• [REQUIREMENT] Keeping every word the same, return the listing from its first line until the line holding "#4=PRODUCT_DEFINITION_FORMATION('','',#3);" has been returned as well.

• [DATA RECORDS]
•••••

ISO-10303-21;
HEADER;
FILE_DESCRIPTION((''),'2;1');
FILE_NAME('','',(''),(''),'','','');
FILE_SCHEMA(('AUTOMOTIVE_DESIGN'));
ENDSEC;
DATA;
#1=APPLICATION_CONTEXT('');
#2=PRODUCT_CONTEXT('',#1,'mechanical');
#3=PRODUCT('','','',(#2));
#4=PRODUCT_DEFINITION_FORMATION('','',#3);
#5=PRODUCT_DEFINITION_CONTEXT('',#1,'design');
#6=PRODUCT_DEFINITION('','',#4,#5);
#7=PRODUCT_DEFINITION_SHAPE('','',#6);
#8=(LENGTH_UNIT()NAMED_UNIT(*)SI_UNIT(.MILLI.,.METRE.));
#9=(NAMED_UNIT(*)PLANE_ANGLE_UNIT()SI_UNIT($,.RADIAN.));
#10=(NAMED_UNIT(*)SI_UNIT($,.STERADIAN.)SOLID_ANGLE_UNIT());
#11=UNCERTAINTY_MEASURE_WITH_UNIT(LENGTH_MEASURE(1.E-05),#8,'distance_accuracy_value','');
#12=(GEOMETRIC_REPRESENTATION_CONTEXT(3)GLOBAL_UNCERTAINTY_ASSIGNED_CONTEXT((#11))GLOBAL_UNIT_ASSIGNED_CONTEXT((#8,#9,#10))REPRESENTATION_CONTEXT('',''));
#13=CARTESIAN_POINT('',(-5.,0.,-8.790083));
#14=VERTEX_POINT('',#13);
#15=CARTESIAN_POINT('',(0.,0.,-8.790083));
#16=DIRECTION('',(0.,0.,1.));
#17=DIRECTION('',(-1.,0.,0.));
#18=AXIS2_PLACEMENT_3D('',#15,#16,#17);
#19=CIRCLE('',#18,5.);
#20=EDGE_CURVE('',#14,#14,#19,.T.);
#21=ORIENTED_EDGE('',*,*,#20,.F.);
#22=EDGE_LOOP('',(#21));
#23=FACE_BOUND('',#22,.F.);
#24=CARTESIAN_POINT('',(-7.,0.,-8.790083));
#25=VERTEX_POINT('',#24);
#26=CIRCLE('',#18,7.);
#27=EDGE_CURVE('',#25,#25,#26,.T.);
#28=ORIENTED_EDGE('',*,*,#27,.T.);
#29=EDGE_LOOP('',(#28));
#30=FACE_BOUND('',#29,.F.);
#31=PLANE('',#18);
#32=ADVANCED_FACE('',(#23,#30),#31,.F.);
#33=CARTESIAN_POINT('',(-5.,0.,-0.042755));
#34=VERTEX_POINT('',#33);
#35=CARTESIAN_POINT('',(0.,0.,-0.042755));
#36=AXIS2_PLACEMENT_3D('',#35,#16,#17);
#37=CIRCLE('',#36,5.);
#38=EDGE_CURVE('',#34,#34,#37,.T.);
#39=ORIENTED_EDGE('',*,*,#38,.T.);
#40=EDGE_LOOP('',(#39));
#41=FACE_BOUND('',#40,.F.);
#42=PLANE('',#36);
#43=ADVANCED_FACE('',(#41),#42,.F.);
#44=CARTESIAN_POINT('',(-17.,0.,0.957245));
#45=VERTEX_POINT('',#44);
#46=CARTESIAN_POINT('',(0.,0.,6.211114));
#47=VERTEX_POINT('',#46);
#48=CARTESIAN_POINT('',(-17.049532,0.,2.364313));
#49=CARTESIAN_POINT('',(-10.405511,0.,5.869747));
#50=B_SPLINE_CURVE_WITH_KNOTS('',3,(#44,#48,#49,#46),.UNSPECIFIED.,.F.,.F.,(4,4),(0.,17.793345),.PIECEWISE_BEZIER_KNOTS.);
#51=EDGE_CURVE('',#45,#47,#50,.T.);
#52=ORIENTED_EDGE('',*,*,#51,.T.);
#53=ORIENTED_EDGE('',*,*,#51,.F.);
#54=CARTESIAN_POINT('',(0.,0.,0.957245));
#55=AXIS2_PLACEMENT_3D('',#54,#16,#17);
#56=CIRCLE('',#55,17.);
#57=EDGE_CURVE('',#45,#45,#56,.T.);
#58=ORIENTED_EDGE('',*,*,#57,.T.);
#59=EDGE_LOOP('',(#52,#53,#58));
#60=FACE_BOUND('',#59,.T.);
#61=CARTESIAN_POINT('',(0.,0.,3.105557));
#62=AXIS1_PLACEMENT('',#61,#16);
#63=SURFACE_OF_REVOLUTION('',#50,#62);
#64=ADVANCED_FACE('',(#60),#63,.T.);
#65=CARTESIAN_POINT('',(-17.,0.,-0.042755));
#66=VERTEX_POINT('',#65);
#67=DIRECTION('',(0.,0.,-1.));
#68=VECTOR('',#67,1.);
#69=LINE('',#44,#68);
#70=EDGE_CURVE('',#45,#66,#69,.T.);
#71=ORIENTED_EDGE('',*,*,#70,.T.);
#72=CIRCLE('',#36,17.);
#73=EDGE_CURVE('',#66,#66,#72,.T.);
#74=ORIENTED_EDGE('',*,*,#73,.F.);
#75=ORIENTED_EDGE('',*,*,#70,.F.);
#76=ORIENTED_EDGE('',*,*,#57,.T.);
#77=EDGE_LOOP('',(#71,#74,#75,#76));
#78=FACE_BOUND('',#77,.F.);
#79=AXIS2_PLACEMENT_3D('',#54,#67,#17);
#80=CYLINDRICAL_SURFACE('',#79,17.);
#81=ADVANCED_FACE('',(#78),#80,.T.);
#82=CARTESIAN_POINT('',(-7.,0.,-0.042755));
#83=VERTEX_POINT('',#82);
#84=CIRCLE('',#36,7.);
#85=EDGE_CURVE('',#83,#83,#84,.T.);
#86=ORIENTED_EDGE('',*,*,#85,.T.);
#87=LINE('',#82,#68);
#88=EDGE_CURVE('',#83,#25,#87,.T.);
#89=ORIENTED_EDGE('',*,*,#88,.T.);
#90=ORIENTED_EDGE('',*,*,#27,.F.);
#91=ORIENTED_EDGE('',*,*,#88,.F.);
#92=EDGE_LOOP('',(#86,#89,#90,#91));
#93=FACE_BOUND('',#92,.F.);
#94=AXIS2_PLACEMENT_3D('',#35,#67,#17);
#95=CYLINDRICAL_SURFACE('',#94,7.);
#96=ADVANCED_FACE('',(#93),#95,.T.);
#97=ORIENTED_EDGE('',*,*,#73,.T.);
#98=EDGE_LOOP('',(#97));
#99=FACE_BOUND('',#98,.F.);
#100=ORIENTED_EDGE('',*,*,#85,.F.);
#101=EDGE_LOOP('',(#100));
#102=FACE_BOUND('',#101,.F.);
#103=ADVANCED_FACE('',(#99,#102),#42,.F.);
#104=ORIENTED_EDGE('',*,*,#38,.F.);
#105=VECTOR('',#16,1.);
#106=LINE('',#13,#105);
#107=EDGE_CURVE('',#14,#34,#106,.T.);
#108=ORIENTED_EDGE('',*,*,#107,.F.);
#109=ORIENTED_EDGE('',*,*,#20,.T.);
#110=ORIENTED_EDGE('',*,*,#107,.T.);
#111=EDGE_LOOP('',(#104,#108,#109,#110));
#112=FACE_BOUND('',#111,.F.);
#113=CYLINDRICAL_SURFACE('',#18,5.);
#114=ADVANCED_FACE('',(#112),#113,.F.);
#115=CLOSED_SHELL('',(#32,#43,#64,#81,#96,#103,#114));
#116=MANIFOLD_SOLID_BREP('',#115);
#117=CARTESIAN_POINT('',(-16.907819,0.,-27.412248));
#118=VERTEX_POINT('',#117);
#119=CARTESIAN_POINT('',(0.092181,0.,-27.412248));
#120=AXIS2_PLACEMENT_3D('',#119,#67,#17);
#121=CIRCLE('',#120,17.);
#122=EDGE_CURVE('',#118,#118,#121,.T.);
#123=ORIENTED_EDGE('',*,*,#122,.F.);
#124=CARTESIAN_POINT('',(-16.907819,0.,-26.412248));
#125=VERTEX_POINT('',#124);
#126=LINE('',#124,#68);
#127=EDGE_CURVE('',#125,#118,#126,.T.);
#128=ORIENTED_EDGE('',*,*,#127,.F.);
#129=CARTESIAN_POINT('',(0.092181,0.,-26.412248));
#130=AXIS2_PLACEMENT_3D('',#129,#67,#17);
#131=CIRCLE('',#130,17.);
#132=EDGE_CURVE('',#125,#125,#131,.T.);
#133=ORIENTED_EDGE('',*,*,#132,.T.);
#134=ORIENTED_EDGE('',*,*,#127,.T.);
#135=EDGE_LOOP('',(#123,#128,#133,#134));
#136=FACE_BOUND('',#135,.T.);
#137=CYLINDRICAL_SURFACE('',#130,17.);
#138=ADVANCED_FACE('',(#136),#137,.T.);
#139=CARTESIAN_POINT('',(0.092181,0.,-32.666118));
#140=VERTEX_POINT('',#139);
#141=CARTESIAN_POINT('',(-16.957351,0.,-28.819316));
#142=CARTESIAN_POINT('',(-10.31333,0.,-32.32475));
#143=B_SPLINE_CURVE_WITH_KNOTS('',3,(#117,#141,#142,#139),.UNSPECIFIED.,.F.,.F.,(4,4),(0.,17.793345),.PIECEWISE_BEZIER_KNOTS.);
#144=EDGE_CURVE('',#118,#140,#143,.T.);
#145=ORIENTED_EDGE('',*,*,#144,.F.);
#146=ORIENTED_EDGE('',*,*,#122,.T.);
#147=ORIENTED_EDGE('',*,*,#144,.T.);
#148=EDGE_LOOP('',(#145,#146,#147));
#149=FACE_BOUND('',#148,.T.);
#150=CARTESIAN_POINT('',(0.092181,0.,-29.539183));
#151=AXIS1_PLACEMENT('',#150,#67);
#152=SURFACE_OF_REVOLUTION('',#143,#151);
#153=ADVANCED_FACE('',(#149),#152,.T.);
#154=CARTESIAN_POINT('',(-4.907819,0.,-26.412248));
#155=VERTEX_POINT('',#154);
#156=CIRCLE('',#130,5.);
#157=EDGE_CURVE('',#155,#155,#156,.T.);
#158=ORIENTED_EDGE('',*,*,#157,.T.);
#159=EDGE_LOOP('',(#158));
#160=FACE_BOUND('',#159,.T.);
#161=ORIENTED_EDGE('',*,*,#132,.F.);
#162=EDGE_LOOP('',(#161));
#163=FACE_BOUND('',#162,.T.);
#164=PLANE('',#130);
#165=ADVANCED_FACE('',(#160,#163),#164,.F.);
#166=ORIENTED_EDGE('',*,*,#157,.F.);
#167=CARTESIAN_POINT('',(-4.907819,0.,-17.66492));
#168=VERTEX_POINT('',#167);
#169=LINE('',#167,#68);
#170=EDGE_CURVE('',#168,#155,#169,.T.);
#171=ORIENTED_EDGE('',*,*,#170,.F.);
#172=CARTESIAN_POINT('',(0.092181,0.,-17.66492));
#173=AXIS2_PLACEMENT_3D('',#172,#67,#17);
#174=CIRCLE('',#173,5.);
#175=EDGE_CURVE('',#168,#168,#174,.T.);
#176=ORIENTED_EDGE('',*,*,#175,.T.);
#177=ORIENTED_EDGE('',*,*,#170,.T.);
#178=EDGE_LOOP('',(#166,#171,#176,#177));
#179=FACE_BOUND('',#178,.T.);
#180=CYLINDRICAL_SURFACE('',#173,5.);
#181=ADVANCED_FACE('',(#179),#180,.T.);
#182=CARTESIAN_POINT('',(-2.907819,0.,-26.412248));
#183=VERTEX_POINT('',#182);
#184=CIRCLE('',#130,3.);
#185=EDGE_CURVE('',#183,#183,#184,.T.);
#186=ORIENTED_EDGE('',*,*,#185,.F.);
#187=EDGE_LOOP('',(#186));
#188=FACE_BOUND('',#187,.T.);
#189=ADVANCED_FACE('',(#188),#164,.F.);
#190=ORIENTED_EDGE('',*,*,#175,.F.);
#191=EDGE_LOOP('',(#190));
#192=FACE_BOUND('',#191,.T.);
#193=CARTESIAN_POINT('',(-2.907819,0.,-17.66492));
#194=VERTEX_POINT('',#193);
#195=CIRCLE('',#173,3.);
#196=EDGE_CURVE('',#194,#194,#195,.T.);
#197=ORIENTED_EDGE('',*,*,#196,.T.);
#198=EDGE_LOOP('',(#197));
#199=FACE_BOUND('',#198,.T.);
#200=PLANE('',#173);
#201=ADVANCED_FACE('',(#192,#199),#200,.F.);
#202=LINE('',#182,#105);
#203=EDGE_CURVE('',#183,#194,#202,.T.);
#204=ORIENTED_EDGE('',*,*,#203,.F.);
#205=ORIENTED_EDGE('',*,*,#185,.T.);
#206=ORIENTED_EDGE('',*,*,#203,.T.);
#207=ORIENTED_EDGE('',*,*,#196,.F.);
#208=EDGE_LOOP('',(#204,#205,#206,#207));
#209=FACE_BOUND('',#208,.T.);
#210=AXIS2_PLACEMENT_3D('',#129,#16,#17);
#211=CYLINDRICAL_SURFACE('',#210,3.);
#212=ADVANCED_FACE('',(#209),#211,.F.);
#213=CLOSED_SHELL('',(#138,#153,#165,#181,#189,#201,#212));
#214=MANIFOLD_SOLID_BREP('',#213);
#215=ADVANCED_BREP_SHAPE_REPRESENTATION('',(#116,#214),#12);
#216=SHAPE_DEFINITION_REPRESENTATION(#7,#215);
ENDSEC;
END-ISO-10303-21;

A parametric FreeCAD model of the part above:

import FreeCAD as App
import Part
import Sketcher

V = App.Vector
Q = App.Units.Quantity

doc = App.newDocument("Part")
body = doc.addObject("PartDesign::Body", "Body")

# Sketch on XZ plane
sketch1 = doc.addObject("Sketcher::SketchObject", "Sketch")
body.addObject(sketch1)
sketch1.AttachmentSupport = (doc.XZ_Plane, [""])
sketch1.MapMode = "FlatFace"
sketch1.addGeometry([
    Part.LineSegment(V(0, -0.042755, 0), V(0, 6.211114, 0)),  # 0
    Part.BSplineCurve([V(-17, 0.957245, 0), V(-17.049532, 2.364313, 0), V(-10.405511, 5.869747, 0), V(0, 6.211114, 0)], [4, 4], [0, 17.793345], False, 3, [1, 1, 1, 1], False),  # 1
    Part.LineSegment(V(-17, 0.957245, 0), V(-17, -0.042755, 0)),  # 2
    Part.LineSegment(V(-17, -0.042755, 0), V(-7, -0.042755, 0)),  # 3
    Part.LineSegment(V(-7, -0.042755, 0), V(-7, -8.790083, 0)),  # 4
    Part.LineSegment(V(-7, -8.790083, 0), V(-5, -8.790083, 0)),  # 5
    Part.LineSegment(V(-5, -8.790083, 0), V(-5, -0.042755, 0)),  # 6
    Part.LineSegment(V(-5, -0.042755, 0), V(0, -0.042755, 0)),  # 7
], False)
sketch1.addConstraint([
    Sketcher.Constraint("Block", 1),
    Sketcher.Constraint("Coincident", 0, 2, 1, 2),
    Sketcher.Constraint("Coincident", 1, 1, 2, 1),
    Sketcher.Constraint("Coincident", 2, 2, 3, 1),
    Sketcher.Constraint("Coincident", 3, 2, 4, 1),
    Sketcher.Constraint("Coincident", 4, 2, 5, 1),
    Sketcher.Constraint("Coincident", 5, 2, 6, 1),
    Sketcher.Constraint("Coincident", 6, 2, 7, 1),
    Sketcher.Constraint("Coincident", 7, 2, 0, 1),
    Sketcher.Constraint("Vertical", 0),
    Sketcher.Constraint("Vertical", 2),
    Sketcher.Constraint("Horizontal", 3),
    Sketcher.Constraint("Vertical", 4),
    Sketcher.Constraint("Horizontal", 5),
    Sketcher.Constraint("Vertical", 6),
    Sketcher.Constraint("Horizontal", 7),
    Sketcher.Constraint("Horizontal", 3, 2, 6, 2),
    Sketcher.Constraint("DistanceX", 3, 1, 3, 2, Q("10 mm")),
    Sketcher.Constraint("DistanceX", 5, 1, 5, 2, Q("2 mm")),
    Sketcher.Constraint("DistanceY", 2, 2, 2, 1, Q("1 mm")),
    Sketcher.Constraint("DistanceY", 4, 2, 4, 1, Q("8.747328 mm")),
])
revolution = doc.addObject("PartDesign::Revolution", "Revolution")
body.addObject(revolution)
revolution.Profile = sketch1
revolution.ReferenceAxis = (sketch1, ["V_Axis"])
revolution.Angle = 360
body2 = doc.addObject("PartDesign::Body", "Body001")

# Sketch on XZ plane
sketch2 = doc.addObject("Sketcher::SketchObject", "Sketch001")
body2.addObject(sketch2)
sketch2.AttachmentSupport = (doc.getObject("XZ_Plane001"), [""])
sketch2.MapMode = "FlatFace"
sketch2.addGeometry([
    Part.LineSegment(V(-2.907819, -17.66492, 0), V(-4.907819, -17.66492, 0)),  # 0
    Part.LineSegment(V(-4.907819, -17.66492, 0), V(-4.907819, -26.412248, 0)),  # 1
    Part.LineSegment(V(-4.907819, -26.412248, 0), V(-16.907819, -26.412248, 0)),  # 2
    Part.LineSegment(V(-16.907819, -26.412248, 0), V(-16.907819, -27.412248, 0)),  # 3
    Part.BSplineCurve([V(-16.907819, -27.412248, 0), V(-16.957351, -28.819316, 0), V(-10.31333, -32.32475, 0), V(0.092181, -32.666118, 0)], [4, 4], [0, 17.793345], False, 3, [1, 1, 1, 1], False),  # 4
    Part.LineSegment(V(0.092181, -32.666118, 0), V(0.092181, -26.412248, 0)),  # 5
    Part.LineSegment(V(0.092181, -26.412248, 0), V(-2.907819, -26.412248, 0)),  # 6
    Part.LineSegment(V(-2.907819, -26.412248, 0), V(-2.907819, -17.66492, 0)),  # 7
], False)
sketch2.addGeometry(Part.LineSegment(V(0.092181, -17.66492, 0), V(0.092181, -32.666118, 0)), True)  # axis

•••••

• [ANSWER BELOW]
ISO-10303-21;
HEADER;
FILE_DESCRIPTION((''),'2;1');
FILE_NAME('','',(''),(''),'','','');
FILE_SCHEMA(('AUTOMOTIVE_DESIGN'));
ENDSEC;
DATA;
#1=APPLICATION_CONTEXT('');
#2=PRODUCT_CONTEXT('',#1,'mechanical');
#3=PRODUCT('','','',(#2));
#4=PRODUCT_DEFINITION_FORMATION('','',#3);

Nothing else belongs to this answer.